# Morning Drink?



## tyb525 (Feb 26, 2013)

Yeah, no worse than drinking a lot of alcohol...


----------



## skillman (Sep 23, 2011)

tyb525 said:


> Yeah, no worse than drinking a lot of alcohol...


 Lost family members from it . One fighting now his son .


----------



## Jaws (Dec 20, 2010)

I used to drink a pot of strong, black coffee every day. Now just one mug, sometimes two. 

If I have more than one fire call in the night, I might drink 3 or 4. Once or twice a year I am out all night on a call and have a 5 hour energy. I Imagine it aint good for you, though.


----------



## Dustincoc (Sep 14, 2011)

TimelessQuality said:


> Was talking to a couple nephews that just started college this fall.. They said for cramming all night, they have 'redbull coffee'
> 
> I asked if they mixed coffee with redbull, and the said no, you brew it with redbull instead of water


Doesn't sound like it would taste ll that good. I'd start to worry if they started adding crushed nodoze to the grounds as well. 

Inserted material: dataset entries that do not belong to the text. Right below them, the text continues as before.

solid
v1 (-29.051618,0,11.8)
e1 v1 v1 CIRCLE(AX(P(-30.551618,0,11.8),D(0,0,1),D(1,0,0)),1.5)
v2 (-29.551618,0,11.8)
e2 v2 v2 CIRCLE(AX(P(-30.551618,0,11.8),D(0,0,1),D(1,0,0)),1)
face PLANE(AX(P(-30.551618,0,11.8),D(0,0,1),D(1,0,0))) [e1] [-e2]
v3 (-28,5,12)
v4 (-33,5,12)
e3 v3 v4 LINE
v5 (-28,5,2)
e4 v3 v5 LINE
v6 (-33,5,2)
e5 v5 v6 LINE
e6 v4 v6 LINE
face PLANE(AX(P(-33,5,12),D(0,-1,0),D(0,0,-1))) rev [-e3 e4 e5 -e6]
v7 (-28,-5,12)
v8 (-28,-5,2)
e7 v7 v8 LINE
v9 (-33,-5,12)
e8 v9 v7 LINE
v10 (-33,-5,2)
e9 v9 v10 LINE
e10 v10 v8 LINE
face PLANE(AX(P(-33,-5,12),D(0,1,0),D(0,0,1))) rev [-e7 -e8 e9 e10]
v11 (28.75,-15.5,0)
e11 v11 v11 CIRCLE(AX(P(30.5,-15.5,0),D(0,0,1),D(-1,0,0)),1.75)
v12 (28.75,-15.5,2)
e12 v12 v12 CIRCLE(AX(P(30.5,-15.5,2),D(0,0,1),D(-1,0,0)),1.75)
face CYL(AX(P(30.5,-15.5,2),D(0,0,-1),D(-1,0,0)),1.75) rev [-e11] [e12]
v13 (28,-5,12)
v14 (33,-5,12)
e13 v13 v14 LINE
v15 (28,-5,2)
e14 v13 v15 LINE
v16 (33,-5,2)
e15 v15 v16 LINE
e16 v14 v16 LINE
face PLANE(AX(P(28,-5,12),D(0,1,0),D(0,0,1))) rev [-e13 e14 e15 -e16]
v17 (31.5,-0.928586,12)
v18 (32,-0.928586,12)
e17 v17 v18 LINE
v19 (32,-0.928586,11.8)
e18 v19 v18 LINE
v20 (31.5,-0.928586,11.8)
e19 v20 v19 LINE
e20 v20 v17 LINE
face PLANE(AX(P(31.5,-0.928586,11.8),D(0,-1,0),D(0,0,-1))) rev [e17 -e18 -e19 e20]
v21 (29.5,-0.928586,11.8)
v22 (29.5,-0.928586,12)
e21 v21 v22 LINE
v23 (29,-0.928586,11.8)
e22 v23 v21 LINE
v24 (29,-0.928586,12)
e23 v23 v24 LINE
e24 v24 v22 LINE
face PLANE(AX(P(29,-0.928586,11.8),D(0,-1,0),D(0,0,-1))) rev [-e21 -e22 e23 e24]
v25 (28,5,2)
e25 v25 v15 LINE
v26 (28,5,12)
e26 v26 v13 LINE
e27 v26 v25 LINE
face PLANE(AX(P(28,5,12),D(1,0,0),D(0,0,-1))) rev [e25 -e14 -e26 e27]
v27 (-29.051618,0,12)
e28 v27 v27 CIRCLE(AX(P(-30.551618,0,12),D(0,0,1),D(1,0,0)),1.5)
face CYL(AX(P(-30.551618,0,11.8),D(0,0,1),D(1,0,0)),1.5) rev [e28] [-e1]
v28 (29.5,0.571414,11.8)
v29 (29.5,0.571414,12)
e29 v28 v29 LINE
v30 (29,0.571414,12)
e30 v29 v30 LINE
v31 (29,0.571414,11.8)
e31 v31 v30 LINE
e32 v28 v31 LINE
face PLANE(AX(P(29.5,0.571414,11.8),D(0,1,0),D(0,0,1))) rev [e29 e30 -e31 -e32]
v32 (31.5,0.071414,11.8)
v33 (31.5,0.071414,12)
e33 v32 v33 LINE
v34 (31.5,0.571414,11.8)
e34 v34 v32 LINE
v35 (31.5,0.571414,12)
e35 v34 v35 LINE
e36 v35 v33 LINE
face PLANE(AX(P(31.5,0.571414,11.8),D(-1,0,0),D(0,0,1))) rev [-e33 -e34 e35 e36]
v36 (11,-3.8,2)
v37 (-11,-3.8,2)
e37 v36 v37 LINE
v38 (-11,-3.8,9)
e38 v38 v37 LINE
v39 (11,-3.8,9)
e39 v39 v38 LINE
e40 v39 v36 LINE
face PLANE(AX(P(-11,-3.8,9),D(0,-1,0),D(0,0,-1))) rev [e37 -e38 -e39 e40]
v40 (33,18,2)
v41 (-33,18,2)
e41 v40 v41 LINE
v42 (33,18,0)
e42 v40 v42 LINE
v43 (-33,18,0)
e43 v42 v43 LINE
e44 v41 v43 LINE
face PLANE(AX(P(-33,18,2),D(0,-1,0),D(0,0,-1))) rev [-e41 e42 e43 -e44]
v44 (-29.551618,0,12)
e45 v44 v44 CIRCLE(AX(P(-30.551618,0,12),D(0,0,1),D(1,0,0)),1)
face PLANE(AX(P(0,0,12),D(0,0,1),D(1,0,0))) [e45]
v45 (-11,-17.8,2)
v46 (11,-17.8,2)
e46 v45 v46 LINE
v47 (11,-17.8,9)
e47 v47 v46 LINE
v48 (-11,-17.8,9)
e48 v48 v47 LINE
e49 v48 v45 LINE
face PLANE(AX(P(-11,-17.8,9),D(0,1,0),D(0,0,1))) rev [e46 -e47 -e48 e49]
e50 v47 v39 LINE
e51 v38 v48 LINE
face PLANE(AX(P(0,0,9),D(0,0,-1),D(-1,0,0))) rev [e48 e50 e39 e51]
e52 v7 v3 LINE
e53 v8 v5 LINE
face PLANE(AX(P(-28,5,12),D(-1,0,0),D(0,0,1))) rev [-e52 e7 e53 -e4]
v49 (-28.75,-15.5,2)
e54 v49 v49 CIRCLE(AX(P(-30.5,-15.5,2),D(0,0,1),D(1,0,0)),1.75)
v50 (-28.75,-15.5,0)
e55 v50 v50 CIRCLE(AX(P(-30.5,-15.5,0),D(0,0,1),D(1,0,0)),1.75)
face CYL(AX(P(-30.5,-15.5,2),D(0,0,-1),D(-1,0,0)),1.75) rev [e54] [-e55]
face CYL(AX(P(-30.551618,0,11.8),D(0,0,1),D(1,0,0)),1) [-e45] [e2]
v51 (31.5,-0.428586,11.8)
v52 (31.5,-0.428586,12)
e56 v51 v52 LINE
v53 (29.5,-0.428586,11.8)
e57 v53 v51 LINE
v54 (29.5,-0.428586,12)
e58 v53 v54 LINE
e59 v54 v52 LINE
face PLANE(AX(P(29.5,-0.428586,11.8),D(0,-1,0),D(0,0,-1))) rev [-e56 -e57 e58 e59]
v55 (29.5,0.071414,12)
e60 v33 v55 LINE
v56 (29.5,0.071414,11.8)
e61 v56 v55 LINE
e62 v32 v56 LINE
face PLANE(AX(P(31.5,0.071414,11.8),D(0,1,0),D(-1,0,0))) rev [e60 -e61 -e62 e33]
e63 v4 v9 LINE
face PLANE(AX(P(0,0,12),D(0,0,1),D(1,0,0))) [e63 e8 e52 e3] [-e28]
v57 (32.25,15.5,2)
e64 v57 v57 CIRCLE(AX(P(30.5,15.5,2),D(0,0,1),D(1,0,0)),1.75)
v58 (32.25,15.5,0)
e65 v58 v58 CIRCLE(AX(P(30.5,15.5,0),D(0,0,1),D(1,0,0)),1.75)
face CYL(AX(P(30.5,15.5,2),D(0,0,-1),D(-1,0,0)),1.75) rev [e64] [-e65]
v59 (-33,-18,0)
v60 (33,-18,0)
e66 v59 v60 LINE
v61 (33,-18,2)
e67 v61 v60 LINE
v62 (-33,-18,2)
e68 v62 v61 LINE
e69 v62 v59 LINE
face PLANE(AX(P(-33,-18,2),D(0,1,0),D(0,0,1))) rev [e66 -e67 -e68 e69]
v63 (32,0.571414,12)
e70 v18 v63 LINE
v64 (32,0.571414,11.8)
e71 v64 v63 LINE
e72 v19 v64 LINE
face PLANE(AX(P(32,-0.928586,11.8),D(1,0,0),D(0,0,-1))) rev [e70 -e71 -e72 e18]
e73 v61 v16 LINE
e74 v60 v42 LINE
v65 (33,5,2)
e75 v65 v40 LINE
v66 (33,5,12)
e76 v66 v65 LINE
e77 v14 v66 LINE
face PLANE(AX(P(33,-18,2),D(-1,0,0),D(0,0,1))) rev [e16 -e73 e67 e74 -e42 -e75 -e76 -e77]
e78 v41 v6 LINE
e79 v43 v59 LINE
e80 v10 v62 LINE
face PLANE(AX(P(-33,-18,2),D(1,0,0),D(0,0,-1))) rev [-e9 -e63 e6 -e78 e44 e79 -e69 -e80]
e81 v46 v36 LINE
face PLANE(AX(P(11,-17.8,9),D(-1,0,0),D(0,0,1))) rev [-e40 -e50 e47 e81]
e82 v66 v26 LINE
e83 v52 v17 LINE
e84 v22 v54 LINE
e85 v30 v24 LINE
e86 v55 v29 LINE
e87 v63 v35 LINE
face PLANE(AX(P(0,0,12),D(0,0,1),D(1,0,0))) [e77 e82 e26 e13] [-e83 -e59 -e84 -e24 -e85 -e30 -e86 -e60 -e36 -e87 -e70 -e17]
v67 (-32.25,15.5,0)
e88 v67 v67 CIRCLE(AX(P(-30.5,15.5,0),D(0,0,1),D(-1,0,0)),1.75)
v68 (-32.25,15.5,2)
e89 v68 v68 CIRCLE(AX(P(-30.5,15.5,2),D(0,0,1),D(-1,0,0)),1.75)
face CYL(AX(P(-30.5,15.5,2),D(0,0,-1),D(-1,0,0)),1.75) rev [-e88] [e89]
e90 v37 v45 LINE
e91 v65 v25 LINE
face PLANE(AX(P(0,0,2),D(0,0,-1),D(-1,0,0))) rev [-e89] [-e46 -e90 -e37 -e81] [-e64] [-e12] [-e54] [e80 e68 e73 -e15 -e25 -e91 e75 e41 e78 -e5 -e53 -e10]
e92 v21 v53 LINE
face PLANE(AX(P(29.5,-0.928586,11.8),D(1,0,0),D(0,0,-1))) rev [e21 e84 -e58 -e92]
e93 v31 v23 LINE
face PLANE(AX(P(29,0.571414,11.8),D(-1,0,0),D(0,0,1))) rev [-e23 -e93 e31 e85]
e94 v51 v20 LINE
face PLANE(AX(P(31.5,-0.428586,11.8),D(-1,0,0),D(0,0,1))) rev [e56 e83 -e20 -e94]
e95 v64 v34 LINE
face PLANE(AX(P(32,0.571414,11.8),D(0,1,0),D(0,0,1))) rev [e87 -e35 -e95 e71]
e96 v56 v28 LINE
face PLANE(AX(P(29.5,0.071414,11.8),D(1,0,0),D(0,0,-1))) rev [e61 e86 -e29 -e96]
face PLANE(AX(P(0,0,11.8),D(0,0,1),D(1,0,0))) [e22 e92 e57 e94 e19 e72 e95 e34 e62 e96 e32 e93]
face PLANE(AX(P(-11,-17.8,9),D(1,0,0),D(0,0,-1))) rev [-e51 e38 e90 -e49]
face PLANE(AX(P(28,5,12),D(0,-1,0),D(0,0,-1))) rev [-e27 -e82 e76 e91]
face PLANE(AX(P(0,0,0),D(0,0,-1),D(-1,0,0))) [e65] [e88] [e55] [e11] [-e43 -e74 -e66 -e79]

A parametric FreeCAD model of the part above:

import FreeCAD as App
import Part
import Sketcher
from FreeCAD import Vector
Q = App.Units.Quantity

doc = App.newDocument("Part")
body = doc.addObject("PartDesign::Body", "Body")

# Sketch on XY plane
sketch1 = doc.addObject("Sketcher::SketchObject", "Sketch")
body.addObject(sketch1)
sketch1.AttachmentSupport = (doc.XY_Plane, [""])
sketch1.MapMode = "FlatFace"
sketch1.addGeometry(Part.LineSegment(Vector(-33, 18, 0), Vector(-33, -18, 0)), False)
sketch1.addGeometry(Part.LineSegment(Vector(-33, -18, 0), Vector(33, -18, 0)), False)
sketch1.addGeometry(Part.LineSegment(Vector(33, -18, 0), Vector(33, 18, 0)), False)
sketch1.addGeometry(Part.LineSegment(Vector(33, 18, 0), Vector(-33, 18, 0)), False)
sketch1.addGeometry(Part.Circle(Vector(-30.5, -15.5, 0), Vector(0, 0, 1), 1.8), False)
sketch1.addGeometry(Part.Circle(Vector(30.5, -15.5, 0), Vector(0, 0, 1), 1.8), False)
sketch1.addGeometry(Part.Circle(Vector(-30.5, 15.5, 0), Vector(0, 0, 1), 1.8), False)
sketch1.addGeometry(Part.Circle(Vector(30.5, 15.5, 0), Vector(0, 0, 1), 1.8), False)
sketch1.addConstraint(Sketcher.Constraint("Coincident", 0, 2, 1, 1))
sketch1.addConstraint(Sketcher.Constraint("Coincident", 1, 2, 2, 1))
sketch1.addConstraint(Sketcher.Constraint("Coincident", 2, 2, 3, 1))
sketch1.addConstraint(Sketcher.Constraint("Coincident", 3, 2, 0, 1))
sketch1.addConstraint(Sketcher.Constraint("Vertical", 0))
sketch1.addConstraint(Sketcher.Constraint("Horizontal", 1))
sketch1.addConstraint(Sketcher.Constraint("Vertical", 2))
sketch1.addConstraint(Sketcher.Constraint("Horizontal", 3))
sketch1.addConstraint(Sketcher.Constraint("Equal", 4, 5))
sketch1.addConstraint(Sketcher.Constraint("Equal", 5, 6))
sketch1.addConstraint(Sketcher.Constraint("Equal", 6, 7))
sketch1.addConstraint(Sketcher.Constraint("Symmetric", 5, 3, 6, 3, -1, 1))
sketch1.addConstraint(Sketcher.Constraint("Symmetric", 4, 3, 7, 3, -1, 1))
sketch1.addConstraint(Sketcher.Constraint("Symmetric", 0, 2, 2, 2, -1, 1))
sketch1.addConstraint(Sketcher.Constraint("Symmetric", 4, 3, 5, 3, -2))
sketch1.addConstraint(Sketcher.Constraint("Diameter", 4, Q("3.5 mm")))
sketch1.addConstraint(Sketcher.Constraint("DistanceX", 1, 1, 1, 2, Q("66 mm")))
sketch1.addConstraint(Sketcher.Constraint("DistanceY", 0, 2, 0, 1, Q("36 mm")))
sketch1.addConstraint(Sketcher.Constraint("DistanceX", 4, 3, 5, 3, Q("61 mm")))
sketch1.addConstraint(Sketcher.Constraint("DistanceY", 4, 3, 6, 3, Q("31 mm")))
pad1 = doc.addObject("PartDesign::Pad", "Pad")
body.addObject(pad1)
pad1.Profile = sketch1
pad1.Length = 2

# Sketch on XY plane
sketch2 = doc.addObject("Sketcher::SketchObject", "Sketch001")
body.addObject(sketch2)
sketch2.AttachmentSupport = (doc.XY_Plane, [""])
sketch2.MapMode = "FlatFace"
sketch2.AttachmentOffset = App.Placement(Vector(0, 0, 2), App.Rotation())
sketch2.addGeometry(Part.LineSegment(Vector(-11, -4, 0), Vector(-11, -18, 0)), False)
sketch2.addGeometry(Part.LineSegment(Vector(-11, -18, 0), Vector(11, -18, 0)), False)
sketch2.addGeometry(Part.LineSegment(Vector(11, -18, 0), Vector(11, -4, 0)), False)
sketch2.addGeometry(Part.LineSegment(Vector(11, -4, 0), Vector(-11, -4, 0)), False)
sketch2.addConstraint(Sketcher.Constraint("Coincident", 0, 2, 1, 1))
sketch2.addConstraint(Sketcher.Constraint("Coincident", 1, 2, 2, 1))
sketch2.addConstraint(Sketcher.Constraint("Coincident", 2, 2, 3, 1))
sketch2.addConstraint(Sketcher.Constraint("Coincident", 3, 2, 0, 1))
sketch2.addConstraint(Sketcher.Constraint("Vertical", 0))
sketch2.addConstraint(Sketcher.Constraint("Horizontal", 1))
sketch2.addConstraint(Sketcher.Constraint("Vertical", 2))
sketch2.addConstraint(Sketcher.Constraint("Horizontal", 3))
sketch2.addConstraint(Sketcher.Constraint("DistanceX", 1, 1, 1, 2, Q("22 mm")))
sketch2.addConstraint(Sketcher.Constraint("DistanceY", 0, 2, 0, 1, Q("14 mm")))
sketch2.addConstraint(Sketcher.Constraint("DistanceX", 0, 2, -1, 1, Q("11 mm")))
sketch2.addConstraint(Sketcher.Constraint("DistanceY", 0, 2, -1, 1, Q("17.8 mm")))
pad2 = doc.addObject("PartDesign::Pad", "Pad001")
body.addObject(pad2)
pad2.Profile = sketch2
pad2.Length = 7

# Sketch on XY plane
sketch3 = doc.addObject("Sketcher::SketchObject", "Sketch002")
body.addObject(sketch3)
sketch3.AttachmentSupport = (doc.XY_Plane, [""])
sketch3.MapMode = "FlatFace"
sketch3.AttachmentOffset = App.Placement(Vector(0, 0, 2), App.Rotation())
sketch3.addGeometry(Part.LineSegment(Vector(-33, 5, 0), Vector(-33, -5, 0)), False)
sketch3.addGeometry(Part.LineSegment(Vector(-33, -5, 0), Vector(-28, -5, 0)), False)
sketch3.addGeometry(Part.LineSegment(Vector(-28, -5, 0), Vector(-28, 5, 0)), False)
sketch3.addGeometry(Part.LineSegment(Vector(-28, 5, 0), Vector(-33, 5, 0)), False)
sketch3.addGeometry(Part.LineSegment(Vector(28, 5, 0), Vector(28, -5, 0)), False)
sketch3.addGeometry(Part.LineSegment(Vector(28, -5, 0), Vector(33, -5, 0)), False)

Most morning I have my giant cup of coffee. There was a time when I'd have 4 double engery drinks and then go to work but I can't do that anymore.


----------



## WarnerConstInc. (Jan 30, 2008)

Bloody Mary Jane.


----------



## VinylHanger (Jul 14, 2011)

Mt. Dew, R.C. Cola, Mello-Yello, or Barq's. Can't stand many hot drinks and the ones I do like I'm too lazy to make in the morning.


----------



## SuperiorHIP (Aug 15, 2010)

I used to have my espresso in the morning, a Rockstar or other energy drink around lunch, and another later on that evening. Now anymore caffeine than my green tea leaves me feeling dazed and cloudy headed like I just woke up. Cutting down on it all has made it more effective in small doses and doesn't have the negative effects anymore, just need to make sure I don't start increasing again.


----------



## svronthmve (Aug 3, 2008)

Don't like coffee. Never have. Don't really care for hot drinks either.

Used to drink iced tea with 8 packets of sugar. Now I just drink it unsweetened...

And lots of water.


----------



## Eaglei (Aug 1, 2012)

Breakfast of champions .


----------



## tyb525 (Feb 26, 2013)

I don't need to be flying around the jobsite...or in a crawlspace.


----------



## pcplumber (Oct 12, 2008)

*Proper Water*

Up to six weeks ago I had 1/2 of a caffeine-free coffee every morning, no less than 8 cokes, fruit juices and about 3,000 calories a day. Six weeks ago my blood sugar was 200 after fasting and I knew I had to do something, or lose something, so I have not had one coffee, soft drink, nor one piece of bread nor pastry for the past six weeks.

The results from stopping all foods with added sugar is amazing. My blood sugar now averages less than 100. I've been 5' 7" and 190 pounds for the past 30 years and I lost 15 pounds in 6 weeks. The strangest thing is I never craved a coffee, soft drink, nor breads. Although, my diet is not strict and I can eat all the same foods I used to eat before, but I really don't have the cravings so why go out of my way to eat unhealthy food. 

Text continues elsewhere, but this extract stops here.